HDFS DataNode and NameNode Image:
HDFS Read Image:
HDFS Write Image:
Since all the metadata is stored in name node, it is very important. If it fails the file system can not be used as there would be no way of knowing how to reconstruct the files from blocks present in data node. To overcome this, the concept of secondary name node arises.
Secondary Name Node: It is a separate physical machine which acts as a helper of name node. It performs periodic check points.It communicates with the name node and take snapshot of meta data which helps minimize downtime and loss of data.
The HDFS should be formatted initially and then started in the distributed mode. Commands are given below.
To Format $ hadoop namenode -format
To Start $ start-dfs.sh
HDFS Basic File Operations
- Putting data to HDFS from local file system
- First create a folder in HDFS where data can be put form local file system.
$ hadoop fs -mkdir /user/test
- Copy the file "data.txt" from a file kept in local folder /usr/home/Desktop to HDFS folder /user/ test
$ hadoop fs -copyFromLocal /usr/home/Desktop/data.txt /user/test
- Display the content of HDFS folder
$ Hadoop fs -ls /user/test
- Copying data from HDFS to local file system
- $ hadoop fs -copyToLocal /user/test/data.txt /usr/bin/data_copy.txt
- Compare the files and see that both are same
- $ md5 /usr/bin/data_copy.txt /usr/home/Desktop/data.txt
- hadoop fs -rmr /user/sonoo/
HDFS Other commands
The below is used in the commands
"<path>" means any file or directory name.
"<path>..." means one or more file or directory names.
"<file>" means any filename.
"<src>" and "<dest>" are path names in a directed operation.
"<localSrc>" and "<localDest>" are paths as above, but on the local file system
- put <localSrc><dest>
Copies the file or directory from the local file system identified by localSrc to dest within the DFS.

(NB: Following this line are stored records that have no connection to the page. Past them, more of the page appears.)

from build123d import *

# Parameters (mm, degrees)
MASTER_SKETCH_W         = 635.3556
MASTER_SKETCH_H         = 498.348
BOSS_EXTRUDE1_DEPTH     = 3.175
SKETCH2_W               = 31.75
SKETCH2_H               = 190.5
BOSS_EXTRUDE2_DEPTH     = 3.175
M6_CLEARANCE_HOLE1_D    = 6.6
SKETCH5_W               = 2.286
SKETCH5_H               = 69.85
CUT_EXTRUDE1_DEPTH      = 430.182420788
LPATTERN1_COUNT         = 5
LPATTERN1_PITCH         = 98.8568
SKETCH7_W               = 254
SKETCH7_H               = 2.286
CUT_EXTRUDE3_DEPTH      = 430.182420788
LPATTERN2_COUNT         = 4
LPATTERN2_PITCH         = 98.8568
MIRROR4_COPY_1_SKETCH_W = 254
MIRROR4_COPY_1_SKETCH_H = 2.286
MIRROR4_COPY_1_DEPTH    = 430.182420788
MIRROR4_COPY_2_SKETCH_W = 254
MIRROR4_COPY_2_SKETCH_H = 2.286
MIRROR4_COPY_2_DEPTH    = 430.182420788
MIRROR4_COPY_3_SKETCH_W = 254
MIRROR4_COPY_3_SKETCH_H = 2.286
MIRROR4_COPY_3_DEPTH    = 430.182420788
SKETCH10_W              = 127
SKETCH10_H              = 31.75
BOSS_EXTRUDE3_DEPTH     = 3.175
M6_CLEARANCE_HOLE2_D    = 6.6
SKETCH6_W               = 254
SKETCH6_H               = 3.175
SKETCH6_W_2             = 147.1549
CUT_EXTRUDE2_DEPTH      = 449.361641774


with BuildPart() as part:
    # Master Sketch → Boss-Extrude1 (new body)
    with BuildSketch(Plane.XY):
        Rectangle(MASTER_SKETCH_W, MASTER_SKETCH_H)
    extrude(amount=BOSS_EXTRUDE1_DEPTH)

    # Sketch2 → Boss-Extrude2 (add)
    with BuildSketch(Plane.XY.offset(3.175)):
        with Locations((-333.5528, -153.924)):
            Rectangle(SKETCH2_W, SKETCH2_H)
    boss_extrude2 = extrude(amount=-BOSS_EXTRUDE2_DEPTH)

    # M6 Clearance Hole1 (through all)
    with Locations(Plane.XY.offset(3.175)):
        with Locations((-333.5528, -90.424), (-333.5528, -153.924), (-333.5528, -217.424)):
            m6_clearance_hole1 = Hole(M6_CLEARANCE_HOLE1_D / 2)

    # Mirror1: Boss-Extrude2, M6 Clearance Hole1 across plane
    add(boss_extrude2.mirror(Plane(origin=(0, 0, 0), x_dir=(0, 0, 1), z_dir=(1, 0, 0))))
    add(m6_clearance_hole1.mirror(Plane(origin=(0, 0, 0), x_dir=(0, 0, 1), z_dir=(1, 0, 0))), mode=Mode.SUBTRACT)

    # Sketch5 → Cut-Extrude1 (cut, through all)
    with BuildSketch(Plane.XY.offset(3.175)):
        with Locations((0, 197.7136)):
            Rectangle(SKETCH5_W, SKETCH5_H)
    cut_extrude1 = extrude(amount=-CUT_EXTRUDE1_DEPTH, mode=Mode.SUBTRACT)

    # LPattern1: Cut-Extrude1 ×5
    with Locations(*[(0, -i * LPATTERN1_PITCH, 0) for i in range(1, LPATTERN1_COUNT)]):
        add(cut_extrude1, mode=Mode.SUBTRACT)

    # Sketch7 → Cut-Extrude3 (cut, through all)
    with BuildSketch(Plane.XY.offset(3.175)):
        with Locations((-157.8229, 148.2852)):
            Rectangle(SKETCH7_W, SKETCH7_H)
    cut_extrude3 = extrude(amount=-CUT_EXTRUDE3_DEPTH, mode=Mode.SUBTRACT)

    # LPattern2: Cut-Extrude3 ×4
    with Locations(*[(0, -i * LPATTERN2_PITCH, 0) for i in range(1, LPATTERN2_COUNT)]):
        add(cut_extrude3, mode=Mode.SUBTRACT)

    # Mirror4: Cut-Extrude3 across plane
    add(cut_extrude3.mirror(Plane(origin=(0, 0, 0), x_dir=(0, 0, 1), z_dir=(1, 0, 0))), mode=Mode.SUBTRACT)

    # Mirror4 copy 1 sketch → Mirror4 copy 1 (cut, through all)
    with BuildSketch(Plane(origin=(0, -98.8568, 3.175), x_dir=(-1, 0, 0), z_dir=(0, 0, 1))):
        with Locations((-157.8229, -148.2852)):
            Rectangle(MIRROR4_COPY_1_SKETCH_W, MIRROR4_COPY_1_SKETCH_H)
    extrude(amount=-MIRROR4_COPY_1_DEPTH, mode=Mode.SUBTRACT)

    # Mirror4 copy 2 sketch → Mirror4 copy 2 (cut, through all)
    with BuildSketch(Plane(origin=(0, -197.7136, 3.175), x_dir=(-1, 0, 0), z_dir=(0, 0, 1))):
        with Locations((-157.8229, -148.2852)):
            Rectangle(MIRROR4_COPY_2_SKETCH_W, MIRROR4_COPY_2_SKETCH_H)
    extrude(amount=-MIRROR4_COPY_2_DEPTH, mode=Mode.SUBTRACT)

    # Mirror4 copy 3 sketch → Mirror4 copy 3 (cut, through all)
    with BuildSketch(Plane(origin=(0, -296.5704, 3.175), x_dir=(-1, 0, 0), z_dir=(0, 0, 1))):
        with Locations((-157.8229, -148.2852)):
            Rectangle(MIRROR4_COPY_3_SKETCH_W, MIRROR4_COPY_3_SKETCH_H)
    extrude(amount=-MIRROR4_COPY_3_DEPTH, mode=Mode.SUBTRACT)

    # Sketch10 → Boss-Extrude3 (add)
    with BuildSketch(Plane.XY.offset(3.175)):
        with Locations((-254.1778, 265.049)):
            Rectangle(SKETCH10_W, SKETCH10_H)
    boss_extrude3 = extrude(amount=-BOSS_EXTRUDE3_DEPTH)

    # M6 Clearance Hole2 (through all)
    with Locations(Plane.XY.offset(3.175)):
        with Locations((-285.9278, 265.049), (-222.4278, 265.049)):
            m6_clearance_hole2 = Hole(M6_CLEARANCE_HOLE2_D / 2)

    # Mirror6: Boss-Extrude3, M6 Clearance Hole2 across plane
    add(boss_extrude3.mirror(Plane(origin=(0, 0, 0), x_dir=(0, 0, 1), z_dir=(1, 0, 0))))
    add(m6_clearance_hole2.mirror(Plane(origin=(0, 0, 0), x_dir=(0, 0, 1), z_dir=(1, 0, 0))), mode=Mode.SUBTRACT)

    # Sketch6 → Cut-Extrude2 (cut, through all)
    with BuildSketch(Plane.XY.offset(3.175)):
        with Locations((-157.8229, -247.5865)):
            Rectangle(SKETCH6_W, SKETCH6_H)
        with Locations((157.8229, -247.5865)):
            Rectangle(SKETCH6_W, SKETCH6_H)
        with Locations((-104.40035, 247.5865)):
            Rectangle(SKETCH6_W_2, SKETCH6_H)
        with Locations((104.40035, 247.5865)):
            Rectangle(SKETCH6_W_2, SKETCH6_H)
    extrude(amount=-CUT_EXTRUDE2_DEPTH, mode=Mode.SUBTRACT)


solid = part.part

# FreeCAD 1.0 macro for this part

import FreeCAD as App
import Part
import Sketcher
from FreeCAD import Vector
Q = App.Units.Quantity

doc = App.newDocument("Part")
body = doc.addObject("PartDesign::Body", "Body")

sketch1 = body.newObject("Sketcher::SketchObject", "Sketch")
sketch1.AttachmentSupport = (doc.getObject("XY_Plane"), [""])
sketch1.MapMode = "FlatFace"
sketch1.addGeometry([
    Part.LineSegment(Vector(-318, 249, 0), Vector(-318, -249, 0)),
    Part.LineSegment(Vector(-318, -249, 0), Vector(318, -249, 0)),
    Part.LineSegment(Vector(318, -249, 0), Vector(318, 249, 0)),
    Part.LineSegment(Vector(318, 249, 0), Vector(-318, 249, 0)),
], False)
sketch1.addConstraint([
    Sketcher.Constraint("Coincident", 0, 2, 1, 1),
    Sketcher.Constraint("Coincident", 1, 2, 2, 1),
    Sketcher.Constraint("Coincident", 2, 2, 3, 1),
    Sketcher.Constraint("Coincident", 3, 2, 0, 1),
    Sketcher.Constraint("Vertical", 0),
    Sketcher.Constraint("Horizontal", 1),
    Sketcher.Constraint("Vertical", 2),
    Sketcher.Constraint("Horizontal", 3),
    Sketcher.Constraint("Symmetric", 0, 2, 2, 2, -1, 1),
    Sketcher.Constraint("DistanceY", 0, 2, 0, 1, Q("19.62 in")),
    Sketcher.Constraint("DistanceX", 1, 1, 1, 2, Q("25.014 in")),
])
pad1 = body.newObject("PartDesign::Pad", "Pad")
pad1.Profile = sketch1
pad1.Length = Q("0.125 in")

- copyFromLocal <localSrc><dest>
Identical to -put
- copyFromLocal <localSrc><dest>
Identical to -put
- moveFromLocal <localSrc><dest>
Copies the file or directory from the local file system identified by localSrc to dest within HDFS, and then deletes the local copy on success.
- get [-crc] <src><localDest>
Copies the file or directory in HDFS identified by src to the local file system path identified by localDest.
- cat <filen-ame>
Displays the contents of filename on stdout.
- moveToLocal <src><localDest>
Works like -get, but deletes the HDFS copy on success.
- setrep [-R] [-w] rep <path>
Sets the target replication factor for files identified by path to rep. (The actual replication factor will move toward the target over time)
- touchz <path>
Creates a file at path containing the current time as a timestamp. Fails if a file already exists at path, unless the file is already size 0.
- test -[ezd] <path>
Returns 1 if path exists; has zero length; or is a directory or 0 otherwise.
- stat [format] <path>
Prints information about path. Format is a string which accepts file size in blocks (%b), filename (%n), block size (%o), replication (%r), and modification date (%y, %Y).